International organizations such as the United Nations system have emerged as crucial actors
in the system of global governance. International Organization and Global Governance cover
a broad range of crucially important aspects of international affairs and contemporary issues,
including international economic relations, international security, the global environment,
international law etc. The paper addresses the organization of international politics, how
international affairs are governed, and how variations in international forms influence
international relations. After discussing the meaning of global governance, the paper features
some of the contemporary issues of international organizations and their impact on policy
development with special reference to the United Nations and European Union as an
important player in the global governance. The study focuses on the roots of International
Organization success or failure as well as dilemma and challenges of global governance.
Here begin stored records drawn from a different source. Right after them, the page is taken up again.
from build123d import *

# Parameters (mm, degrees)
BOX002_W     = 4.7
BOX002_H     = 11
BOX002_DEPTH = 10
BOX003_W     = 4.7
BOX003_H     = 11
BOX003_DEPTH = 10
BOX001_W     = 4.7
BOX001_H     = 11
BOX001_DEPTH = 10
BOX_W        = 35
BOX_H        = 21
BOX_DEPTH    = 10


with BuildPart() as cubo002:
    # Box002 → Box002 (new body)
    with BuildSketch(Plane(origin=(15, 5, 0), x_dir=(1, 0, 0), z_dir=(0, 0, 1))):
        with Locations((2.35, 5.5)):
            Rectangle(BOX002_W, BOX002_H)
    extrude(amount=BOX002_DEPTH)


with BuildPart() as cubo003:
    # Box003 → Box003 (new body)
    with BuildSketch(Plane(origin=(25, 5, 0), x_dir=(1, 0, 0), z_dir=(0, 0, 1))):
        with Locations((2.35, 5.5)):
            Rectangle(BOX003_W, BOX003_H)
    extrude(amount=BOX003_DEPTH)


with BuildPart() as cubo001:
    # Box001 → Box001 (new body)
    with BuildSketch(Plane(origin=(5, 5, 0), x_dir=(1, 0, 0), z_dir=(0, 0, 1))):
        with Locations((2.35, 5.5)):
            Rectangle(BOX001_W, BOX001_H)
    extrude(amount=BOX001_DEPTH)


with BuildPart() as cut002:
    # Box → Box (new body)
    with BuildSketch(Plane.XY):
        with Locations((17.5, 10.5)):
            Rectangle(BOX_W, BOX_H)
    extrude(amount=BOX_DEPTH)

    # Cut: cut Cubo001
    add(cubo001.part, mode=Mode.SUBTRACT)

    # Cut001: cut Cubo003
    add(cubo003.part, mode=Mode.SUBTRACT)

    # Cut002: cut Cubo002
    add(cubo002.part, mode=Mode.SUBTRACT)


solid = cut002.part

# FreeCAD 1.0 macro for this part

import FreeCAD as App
import Part
import Sketcher
from FreeCAD import Vector
Q = App.Units.Quantity


def add_polygon(sketch, points):
    """Adds a closed chain of lines whose ends are joined by coincident constraints."""
    first, n = sketch.GeometryCount, len(points)
    for a, b in zip(points, points[1:] + points[:1]):
        sketch.addGeometry(Part.LineSegment(App.Vector(*a, 0), App.Vector(*b, 0)), False)
    for i in range(n):
        sketch.addConstraint(Sketcher.Constraint("Coincident", first + i, 2, first + (i + 1) % n, 1))

doc = App.newDocument("Part")
body = doc.addObject("PartDesign::Body", "Body")

# Sketch on XY plane
sketch1 = body.newObject("Sketcher::SketchObject", "Sketch")
sketch1.AttachmentSupport = (doc.getObject("XY_Plane"), [""])
sketch1.MapMode = "FlatFace"
add_polygon(sketch1, [(15, 16), (15, 5), (19.7, 5), (19.7, 16)])  # lines 0-3
sketch1.addConstraint(Sketcher.Constraint("Vertical", 0))
sketch1.addConstraint(Sketcher.Constraint("Horizontal", 1))
sketch1.addConstraint(Sketcher.Constraint("Vertical", 2))
sketch1.addConstraint(Sketcher.Constraint("Horizontal", 3))
sketch1.addConstraint(Sketcher.Constraint("DistanceY", 0, 2, 0, 1, Q("11 mm")))
sketch1.addConstraint(Sketcher.Constraint("DistanceX", 1, 1, 1, 2, Q("4.7 mm")))
sketch1.addConstraint(Sketcher.Constraint("DistanceX", -1, 1, 0, 2, Q("15 mm")))
sketch1.addConstraint(Sketcher.Constraint("DistanceY", -1, 1, 0, 2, Q("5 mm")))
pad1 = body.newObject("PartDesign::Pad", "Pad")
pad1.Profile = sketch1
pad1.Length = 10
body2 = doc.addObject("PartDesign::Body", "Body001")

# Sketch on XY plane
sketch2 = body2.newObject("Sketcher::SketchObject", "Sketch001")
sketch2.AttachmentSupport = (doc.getObject("XY_Plane001"), [""])
sketch2.MapMode = "FlatFace"
add_polygon(sketch2, [(25, 16), (25, 5), (29.7, 5), (29.7, 16)])  # lines 0-3
sketch2.addConstraint(Sketcher.Constraint("Vertical", 0))
sketch2.addConstraint(Sketcher.Constraint("Horizontal", 1))
sketch2.addConstraint(Sketcher.Constraint("Vertical", 2))
sketch2.addConstraint(Sketcher.Constraint("Horizontal", 3))
sketch2.addConstraint(Sketcher.Constraint("DistanceY", 0, 2, 0, 1, Q("11 mm")))
sketch2.addConstraint(Sketcher.Constraint("DistanceX", 1, 1, 1, 2, Q("4.7 mm")))
sketch2.addConstraint(Sketcher.Constraint("DistanceX", -1, 1, 0, 2, Q("25 mm")))
sketch2.addConstraint(Sketcher.Constraint("DistanceY", -1, 1, 0, 2, Q("5 mm")))
pad2 = body2.newObject("PartDesign::Pad", "Pad001")
pad2.Profile = sketch2
pad2.Length = 10
body3 = doc.addObject("PartDesign::Body", "Body002")

# Sketch on XY plane
sketch3 = body3.newObject("Sketcher::SketchObject", "Sketch002")
sketch3.AttachmentSupport = (doc.getObject("XY_Plane002"), [""])
sketch3.MapMode = "FlatFace"
add_polygon(sketch3, [(5, 16), (5, 5), (9.7, 5), (9.7, 16)])  # lines 0-3
sketch3.addConstraint(Sketcher.Constraint("Vertical", 0))
sketch3.addConstraint(Sketcher.Constraint("Horizontal", 1))
sketch3.addConstraint(Sketcher.Constraint("Vertical", 2))
sketch3.addConstraint(Sketcher.Constraint("Horizontal", 3))
sketch3.addConstraint(Sketcher.Constraint("DistanceY", 0, 2, 0, 1, Q("11 mm")))
sketch3.addConstraint(Sketcher.Constraint("DistanceX", 1, 1, 1, 2, Q("4.7 mm")))
sketch3.addConstraint(Sketcher.Constraint("DistanceX", -1, 1, 0, 2, Q("5 mm")))
sketch3.addConstraint(Sketcher.Constraint("DistanceY", -1, 1, 0, 2, Q("5 mm")))
pad3 = body3.newObject("PartDesign::Pad", "Pad002")
pad3.Profile = sketch3
pad3.Length = 10
body4 = doc.addObject("PartDesign::Body", "Body003")

# Sketch on XY plane
sketch4 = body4.newObject("Sketcher::SketchObject", "Sketch003")
sketch4.AttachmentSupport = (doc.getObject("XY_Plane003"), [""])
sketch4.MapMode = "FlatFace"
add_polygon(sketch4, [(0, 21), (0, 0), (35, 0), (35, 21)])  # lines 0-3
sketch4.addConstraint(Sketcher.Constraint("Vertical", 0))
sketch4.addConstraint(Sketcher.Constraint("Horizontal", 1))
sketch4.addConstraint(Sketcher.Constraint("Vertical", 2))
sketch4.addConstraint(Sketcher.Constraint("Horizontal", 3))
sketch4.addConstraint(Sketcher.Constraint("Coincident", 0, 2, -1, 1))
sketch4.addConstraint(Sketcher.Constraint("DistanceX", 1, 1, 1, 2, Q("35 mm")))
sketch4.addConstraint(Sketcher.Constraint("DistanceY", 0, 2, 0, 1, Q("21 mm")))
pad4 = body4.newObject("PartDesign::Pad", "Pad003")
pad4.Profile = sketch4
pad4.Length = 10
doc.recompute()

boolean = body4.newObject("PartDesign::Boolean", "Boolean")
boolean.Type = "Cut"
boolean.addObjects([body3])
doc.recompute()

boolean2 = body4.newObject("PartDesign::Boolean", "Boolean001")
boolean2.Type = "Cut"
boolean2.addObjects([body2])
doc.recompute()

boolean3 = body4.newObject("PartDesign::Boolean", "Boolean002")
boolean3.Type = "Cut"
boolean3.addObjects([body])

doc.recompute()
Finally, the paper concludes with how international organizations are useful to powerful and
weak states alike, analyzing the effectiveness of international organizations and the good
governance at the global level.
Greece‘s ongoing financial crisis illustrates the challenges that Europe faces in creating a
strong and cohesive union. Moreover, the debates about IMF and World Bank governance
reform are a reminder of Europe‘s continual inability to create a coherent geopolitical
presence, which is now becoming a major obstacle to effective global governance. The
Europeans are unwilling to give up on excessive individual country representation and voting
shares in the governing boards of the international organizations. They keep out other key
players and prevent a recalibration of voting structures that reflect today‘s changing global
realities. With only limited EU constitutional reforms agreed under the Lisbon Treaty,
stalemate prevails in EU reform of its foreign policy process. This perpetuates the EU‘s
inability to speak with one voice, to cast a singular vote, and to occupy one in international
organizations. The European Union stumbled badly in its peace efforts toward Bosnia.
Europe over time is increasingly marginalized in global decision making. This outcome
serves neither global nor European interests. The consequence is that global governance
reform faces gridlock. Until the Europeans are ready to address their own governance
challenge, there is little hope for effective reform of global governance structures.